■ What you have to do
Please keep to the lines below from the one with "#45=AXIS2_PLACEMENT_3D('',#43,#44,#24);" through the one with "#52=LINE('',#48,#25);", and restate them word for word, ends included.

■ Data listing
-------------------------

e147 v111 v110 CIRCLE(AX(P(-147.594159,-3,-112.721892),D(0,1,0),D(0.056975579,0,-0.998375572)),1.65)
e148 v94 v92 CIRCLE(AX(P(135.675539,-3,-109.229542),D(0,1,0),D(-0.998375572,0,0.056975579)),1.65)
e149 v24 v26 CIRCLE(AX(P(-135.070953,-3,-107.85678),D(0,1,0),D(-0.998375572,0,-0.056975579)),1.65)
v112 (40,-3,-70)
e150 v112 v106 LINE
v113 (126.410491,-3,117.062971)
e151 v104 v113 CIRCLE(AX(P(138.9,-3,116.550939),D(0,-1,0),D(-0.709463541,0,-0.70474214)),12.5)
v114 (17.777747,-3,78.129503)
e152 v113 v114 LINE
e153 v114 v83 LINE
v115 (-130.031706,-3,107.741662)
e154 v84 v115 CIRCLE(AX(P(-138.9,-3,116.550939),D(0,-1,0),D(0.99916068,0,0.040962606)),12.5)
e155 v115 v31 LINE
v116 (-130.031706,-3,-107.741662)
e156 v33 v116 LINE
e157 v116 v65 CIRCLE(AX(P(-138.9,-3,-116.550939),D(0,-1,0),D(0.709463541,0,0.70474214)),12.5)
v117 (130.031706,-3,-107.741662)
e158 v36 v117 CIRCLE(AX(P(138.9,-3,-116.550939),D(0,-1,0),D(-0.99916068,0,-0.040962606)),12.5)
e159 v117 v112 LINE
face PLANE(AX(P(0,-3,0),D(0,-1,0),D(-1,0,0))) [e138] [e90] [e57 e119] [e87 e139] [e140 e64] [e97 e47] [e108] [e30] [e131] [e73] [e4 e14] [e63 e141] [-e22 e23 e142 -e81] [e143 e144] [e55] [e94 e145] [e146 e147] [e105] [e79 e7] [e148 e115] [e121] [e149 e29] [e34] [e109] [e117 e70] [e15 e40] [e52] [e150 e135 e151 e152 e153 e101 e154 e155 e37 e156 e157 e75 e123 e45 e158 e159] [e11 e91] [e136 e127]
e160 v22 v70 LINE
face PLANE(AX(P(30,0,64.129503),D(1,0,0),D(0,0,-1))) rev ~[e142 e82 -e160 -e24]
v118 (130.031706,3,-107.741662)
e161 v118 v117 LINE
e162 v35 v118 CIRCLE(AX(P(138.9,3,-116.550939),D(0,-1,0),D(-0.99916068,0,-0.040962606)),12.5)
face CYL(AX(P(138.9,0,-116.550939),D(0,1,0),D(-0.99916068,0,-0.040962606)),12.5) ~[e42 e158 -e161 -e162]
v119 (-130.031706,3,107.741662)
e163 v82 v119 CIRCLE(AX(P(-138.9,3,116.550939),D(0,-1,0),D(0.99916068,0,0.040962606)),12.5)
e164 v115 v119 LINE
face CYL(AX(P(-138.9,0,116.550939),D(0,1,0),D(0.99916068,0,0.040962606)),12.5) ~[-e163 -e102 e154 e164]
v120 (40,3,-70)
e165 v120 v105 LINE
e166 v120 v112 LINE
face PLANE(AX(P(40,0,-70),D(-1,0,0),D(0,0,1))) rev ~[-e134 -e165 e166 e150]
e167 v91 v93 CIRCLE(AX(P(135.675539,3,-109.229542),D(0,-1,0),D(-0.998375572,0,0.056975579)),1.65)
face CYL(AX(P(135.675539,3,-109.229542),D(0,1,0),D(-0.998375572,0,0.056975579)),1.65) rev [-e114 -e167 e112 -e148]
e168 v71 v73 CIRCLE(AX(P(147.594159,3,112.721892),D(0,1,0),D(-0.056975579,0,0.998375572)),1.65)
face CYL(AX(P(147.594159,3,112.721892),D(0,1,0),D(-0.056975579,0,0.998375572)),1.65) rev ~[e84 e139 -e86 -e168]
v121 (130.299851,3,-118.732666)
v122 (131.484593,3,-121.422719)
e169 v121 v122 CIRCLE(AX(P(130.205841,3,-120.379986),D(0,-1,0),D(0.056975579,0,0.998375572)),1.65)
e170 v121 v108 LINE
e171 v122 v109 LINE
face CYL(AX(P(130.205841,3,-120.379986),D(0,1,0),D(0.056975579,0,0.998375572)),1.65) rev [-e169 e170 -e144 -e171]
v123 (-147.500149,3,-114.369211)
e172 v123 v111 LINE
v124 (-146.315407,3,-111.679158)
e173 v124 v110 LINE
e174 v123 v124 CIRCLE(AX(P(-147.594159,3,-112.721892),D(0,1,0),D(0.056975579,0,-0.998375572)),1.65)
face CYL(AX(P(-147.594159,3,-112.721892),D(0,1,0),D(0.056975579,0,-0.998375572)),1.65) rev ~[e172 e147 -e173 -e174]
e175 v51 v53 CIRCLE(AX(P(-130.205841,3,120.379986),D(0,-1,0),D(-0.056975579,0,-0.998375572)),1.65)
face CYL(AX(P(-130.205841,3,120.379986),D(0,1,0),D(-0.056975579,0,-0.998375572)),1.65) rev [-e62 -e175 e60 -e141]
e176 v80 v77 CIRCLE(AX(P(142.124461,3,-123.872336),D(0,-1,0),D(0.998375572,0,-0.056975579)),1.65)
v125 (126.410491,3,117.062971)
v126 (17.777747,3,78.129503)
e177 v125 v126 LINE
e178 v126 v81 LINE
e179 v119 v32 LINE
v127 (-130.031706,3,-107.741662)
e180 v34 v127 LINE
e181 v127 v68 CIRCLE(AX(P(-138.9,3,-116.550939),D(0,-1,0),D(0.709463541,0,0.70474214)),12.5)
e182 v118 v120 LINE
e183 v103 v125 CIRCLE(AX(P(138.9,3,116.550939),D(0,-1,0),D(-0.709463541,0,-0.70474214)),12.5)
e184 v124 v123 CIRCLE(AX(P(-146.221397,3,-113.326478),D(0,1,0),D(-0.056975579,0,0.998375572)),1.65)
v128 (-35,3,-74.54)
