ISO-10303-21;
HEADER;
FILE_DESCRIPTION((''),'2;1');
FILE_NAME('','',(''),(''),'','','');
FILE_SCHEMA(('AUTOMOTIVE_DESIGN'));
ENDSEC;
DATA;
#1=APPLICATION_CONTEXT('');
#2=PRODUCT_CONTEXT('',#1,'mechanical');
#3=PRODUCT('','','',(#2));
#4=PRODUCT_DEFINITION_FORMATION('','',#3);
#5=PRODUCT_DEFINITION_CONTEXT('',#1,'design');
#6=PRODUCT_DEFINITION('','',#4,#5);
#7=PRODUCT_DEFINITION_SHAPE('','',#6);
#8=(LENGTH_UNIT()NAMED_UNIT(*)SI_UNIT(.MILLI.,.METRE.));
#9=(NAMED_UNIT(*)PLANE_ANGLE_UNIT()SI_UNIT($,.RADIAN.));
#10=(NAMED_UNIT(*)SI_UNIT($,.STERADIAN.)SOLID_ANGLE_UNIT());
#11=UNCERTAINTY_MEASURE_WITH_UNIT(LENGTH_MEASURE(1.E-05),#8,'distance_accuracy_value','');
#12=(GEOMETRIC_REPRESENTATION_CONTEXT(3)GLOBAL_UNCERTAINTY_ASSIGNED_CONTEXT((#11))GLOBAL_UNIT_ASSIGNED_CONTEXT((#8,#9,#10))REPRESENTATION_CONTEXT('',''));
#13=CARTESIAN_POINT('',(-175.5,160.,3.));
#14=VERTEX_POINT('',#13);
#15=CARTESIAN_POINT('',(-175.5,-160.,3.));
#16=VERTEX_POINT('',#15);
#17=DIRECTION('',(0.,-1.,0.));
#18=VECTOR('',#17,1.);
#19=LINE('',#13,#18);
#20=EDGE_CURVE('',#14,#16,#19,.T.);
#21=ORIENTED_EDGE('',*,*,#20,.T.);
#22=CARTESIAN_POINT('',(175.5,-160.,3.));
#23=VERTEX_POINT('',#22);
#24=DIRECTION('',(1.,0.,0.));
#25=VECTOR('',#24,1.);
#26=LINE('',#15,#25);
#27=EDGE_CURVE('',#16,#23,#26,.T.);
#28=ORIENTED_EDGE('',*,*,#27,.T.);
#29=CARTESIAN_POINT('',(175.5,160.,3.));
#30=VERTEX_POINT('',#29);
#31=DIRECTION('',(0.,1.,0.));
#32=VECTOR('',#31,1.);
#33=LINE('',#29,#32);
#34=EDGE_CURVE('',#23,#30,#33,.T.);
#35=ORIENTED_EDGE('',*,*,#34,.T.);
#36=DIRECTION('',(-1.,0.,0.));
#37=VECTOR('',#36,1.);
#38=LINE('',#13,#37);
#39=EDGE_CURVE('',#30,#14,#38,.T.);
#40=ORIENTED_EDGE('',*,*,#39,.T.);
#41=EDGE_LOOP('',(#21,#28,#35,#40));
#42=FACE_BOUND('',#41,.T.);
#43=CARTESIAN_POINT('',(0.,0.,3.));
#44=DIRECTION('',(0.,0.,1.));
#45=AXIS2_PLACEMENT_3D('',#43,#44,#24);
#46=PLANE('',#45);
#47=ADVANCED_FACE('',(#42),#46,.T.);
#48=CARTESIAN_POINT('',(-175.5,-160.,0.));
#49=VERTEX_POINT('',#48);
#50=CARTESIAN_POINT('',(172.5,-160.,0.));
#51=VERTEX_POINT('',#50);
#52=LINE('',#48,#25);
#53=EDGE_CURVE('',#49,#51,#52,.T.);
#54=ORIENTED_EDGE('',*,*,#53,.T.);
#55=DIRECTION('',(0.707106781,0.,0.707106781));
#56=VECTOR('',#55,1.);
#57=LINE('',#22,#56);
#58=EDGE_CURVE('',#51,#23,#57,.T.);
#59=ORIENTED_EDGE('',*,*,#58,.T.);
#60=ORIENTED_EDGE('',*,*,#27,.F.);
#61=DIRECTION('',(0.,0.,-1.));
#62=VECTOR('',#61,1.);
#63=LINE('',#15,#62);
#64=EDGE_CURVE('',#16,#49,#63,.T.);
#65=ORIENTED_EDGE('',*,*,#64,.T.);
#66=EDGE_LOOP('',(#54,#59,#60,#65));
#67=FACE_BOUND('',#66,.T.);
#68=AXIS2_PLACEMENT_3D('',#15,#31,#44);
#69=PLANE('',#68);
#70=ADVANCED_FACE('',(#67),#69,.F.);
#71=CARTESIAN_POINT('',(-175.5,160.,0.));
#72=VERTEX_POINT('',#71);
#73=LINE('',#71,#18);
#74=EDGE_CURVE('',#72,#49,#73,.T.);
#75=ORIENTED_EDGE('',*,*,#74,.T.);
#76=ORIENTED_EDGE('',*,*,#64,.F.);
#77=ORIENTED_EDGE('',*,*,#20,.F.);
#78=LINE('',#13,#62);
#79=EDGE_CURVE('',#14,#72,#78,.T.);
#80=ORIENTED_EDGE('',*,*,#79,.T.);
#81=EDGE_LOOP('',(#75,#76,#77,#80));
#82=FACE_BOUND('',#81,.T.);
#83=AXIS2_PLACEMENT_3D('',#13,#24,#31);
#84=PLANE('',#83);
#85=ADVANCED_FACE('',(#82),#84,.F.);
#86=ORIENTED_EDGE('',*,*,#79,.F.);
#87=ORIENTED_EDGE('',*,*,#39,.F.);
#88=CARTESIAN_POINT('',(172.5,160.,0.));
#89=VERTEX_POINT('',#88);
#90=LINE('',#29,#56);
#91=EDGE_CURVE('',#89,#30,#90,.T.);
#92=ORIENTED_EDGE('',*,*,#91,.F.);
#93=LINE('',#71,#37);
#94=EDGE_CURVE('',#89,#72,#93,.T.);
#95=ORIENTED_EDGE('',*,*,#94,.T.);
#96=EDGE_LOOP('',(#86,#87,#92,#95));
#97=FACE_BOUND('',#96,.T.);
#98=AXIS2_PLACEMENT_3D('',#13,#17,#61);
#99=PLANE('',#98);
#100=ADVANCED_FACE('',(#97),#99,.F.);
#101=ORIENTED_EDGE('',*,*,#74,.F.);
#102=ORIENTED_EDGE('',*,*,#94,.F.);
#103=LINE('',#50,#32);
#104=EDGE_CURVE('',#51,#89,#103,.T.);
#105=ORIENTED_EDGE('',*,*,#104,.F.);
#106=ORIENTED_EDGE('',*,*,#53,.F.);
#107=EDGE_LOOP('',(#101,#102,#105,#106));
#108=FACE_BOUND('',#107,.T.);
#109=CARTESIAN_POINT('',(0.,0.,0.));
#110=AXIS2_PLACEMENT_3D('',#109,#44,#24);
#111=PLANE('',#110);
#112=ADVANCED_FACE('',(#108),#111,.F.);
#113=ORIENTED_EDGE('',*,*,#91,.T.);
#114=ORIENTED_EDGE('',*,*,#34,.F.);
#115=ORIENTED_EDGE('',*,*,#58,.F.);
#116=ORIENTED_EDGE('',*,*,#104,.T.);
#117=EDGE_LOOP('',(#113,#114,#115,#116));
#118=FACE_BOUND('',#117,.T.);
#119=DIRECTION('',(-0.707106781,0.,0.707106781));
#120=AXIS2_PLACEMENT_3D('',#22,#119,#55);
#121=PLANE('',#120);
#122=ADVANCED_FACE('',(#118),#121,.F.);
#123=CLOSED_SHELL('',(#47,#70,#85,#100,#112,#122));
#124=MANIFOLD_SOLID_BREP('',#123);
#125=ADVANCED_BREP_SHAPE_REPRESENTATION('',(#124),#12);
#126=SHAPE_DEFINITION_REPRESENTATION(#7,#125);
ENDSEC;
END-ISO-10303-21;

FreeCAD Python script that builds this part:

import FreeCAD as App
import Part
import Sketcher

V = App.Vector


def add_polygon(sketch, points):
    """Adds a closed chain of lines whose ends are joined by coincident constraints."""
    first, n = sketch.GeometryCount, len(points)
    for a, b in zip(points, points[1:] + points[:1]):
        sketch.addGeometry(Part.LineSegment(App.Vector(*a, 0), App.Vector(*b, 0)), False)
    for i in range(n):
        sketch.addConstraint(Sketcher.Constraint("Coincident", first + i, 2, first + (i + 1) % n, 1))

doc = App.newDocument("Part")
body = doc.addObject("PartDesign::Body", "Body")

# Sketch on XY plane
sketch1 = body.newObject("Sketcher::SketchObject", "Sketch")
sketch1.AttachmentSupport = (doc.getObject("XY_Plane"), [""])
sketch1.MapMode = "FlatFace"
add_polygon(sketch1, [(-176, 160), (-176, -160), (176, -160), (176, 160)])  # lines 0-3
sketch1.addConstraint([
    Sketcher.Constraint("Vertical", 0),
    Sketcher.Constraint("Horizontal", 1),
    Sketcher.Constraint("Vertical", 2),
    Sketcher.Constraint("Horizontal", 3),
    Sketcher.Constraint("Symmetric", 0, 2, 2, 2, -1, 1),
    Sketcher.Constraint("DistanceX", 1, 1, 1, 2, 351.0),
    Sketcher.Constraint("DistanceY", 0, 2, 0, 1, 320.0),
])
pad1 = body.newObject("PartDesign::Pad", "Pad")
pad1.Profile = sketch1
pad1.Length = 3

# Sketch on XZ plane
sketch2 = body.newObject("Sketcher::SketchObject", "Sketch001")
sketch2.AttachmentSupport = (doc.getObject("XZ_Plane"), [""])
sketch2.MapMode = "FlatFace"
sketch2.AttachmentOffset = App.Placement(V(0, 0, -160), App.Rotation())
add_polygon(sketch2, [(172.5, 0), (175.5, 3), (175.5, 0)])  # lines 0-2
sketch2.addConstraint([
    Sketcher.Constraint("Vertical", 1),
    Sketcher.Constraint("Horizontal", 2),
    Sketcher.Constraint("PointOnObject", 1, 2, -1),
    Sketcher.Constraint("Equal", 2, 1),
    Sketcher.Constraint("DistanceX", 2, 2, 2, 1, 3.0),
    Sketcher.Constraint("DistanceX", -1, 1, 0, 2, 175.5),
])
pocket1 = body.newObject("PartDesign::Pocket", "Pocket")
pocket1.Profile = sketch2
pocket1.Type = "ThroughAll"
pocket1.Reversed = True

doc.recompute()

-------------------------

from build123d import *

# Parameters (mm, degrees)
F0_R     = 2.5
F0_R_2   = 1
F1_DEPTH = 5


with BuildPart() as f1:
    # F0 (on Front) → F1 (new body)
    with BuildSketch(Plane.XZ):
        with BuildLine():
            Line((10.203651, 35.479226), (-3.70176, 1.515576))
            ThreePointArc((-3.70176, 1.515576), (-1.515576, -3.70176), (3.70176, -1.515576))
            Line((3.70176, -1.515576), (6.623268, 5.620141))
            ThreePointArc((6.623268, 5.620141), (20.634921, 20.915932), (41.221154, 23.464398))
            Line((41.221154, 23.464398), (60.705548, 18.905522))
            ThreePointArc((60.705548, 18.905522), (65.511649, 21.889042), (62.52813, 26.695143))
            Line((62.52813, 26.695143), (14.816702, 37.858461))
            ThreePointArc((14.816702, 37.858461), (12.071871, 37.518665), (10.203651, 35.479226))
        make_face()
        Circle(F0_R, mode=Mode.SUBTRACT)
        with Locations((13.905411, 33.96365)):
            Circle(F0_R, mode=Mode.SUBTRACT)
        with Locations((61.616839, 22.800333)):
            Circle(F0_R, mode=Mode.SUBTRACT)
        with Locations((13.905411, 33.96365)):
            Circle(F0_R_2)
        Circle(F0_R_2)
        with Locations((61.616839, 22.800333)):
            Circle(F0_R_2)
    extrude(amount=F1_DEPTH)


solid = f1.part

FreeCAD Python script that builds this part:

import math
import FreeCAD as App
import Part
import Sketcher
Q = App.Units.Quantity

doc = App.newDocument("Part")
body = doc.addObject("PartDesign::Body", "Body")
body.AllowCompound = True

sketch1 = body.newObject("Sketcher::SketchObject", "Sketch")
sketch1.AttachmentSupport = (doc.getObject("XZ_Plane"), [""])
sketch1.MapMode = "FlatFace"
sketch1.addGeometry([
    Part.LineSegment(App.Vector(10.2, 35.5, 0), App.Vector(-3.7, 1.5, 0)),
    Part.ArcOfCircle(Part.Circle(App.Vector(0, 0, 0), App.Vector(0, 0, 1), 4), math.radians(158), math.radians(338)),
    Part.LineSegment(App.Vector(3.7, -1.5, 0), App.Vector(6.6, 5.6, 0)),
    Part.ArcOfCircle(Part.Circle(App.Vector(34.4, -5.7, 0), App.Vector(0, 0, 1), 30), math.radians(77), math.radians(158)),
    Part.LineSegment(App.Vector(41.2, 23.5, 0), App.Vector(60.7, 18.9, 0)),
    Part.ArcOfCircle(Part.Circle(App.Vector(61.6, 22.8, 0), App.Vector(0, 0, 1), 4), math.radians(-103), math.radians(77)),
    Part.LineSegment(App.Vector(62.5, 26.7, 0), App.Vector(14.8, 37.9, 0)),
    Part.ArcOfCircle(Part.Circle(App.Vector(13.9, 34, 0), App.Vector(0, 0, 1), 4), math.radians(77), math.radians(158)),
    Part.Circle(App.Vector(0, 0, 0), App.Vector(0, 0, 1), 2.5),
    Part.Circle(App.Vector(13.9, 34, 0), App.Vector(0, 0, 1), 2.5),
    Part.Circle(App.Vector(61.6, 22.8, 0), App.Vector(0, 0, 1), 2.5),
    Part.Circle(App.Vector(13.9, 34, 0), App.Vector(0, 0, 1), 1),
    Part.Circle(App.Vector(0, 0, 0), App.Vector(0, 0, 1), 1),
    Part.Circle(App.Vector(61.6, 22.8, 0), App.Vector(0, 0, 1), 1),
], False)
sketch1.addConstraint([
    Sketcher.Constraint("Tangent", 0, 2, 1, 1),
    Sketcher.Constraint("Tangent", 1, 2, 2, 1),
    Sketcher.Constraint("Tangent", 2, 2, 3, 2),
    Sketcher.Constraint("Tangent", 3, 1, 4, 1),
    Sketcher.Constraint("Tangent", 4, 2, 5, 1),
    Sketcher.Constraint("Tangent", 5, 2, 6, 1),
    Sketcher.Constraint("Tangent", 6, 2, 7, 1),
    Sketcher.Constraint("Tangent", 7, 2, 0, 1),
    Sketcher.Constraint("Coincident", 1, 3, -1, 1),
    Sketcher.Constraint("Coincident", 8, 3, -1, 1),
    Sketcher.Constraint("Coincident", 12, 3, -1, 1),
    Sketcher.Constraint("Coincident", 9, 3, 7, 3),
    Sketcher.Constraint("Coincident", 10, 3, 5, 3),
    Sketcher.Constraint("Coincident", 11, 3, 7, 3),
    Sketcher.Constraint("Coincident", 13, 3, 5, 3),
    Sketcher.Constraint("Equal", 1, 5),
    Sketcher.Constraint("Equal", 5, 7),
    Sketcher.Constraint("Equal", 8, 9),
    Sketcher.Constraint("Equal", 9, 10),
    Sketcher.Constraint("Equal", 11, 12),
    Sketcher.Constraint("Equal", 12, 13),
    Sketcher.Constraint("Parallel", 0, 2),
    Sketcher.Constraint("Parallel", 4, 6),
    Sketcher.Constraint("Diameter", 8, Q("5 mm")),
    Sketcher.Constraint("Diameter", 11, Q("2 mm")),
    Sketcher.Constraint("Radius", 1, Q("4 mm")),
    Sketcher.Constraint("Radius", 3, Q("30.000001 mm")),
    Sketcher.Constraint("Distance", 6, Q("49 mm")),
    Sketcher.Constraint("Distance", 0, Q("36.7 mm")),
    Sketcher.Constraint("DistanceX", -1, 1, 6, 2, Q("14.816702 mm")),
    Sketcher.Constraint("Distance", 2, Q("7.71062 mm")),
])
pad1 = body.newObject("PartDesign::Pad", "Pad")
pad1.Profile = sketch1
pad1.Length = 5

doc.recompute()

-------------------------

■ Result of the exercise
#45=AXIS2_PLACEMENT_3D('',#43,#44,#24);
#46=PLANE('',#45);
#47=ADVANCED_FACE('',(#42),#46,.T.);
#48=CARTESIAN_POINT('',(-175.5,-160.,0.));
#49=VERTEX_POINT('',#48);
#50=CARTESIAN_POINT('',(172.5,-160.,0.));
#51=VERTEX_POINT('',#50);
#52=LINE('',#48,#25);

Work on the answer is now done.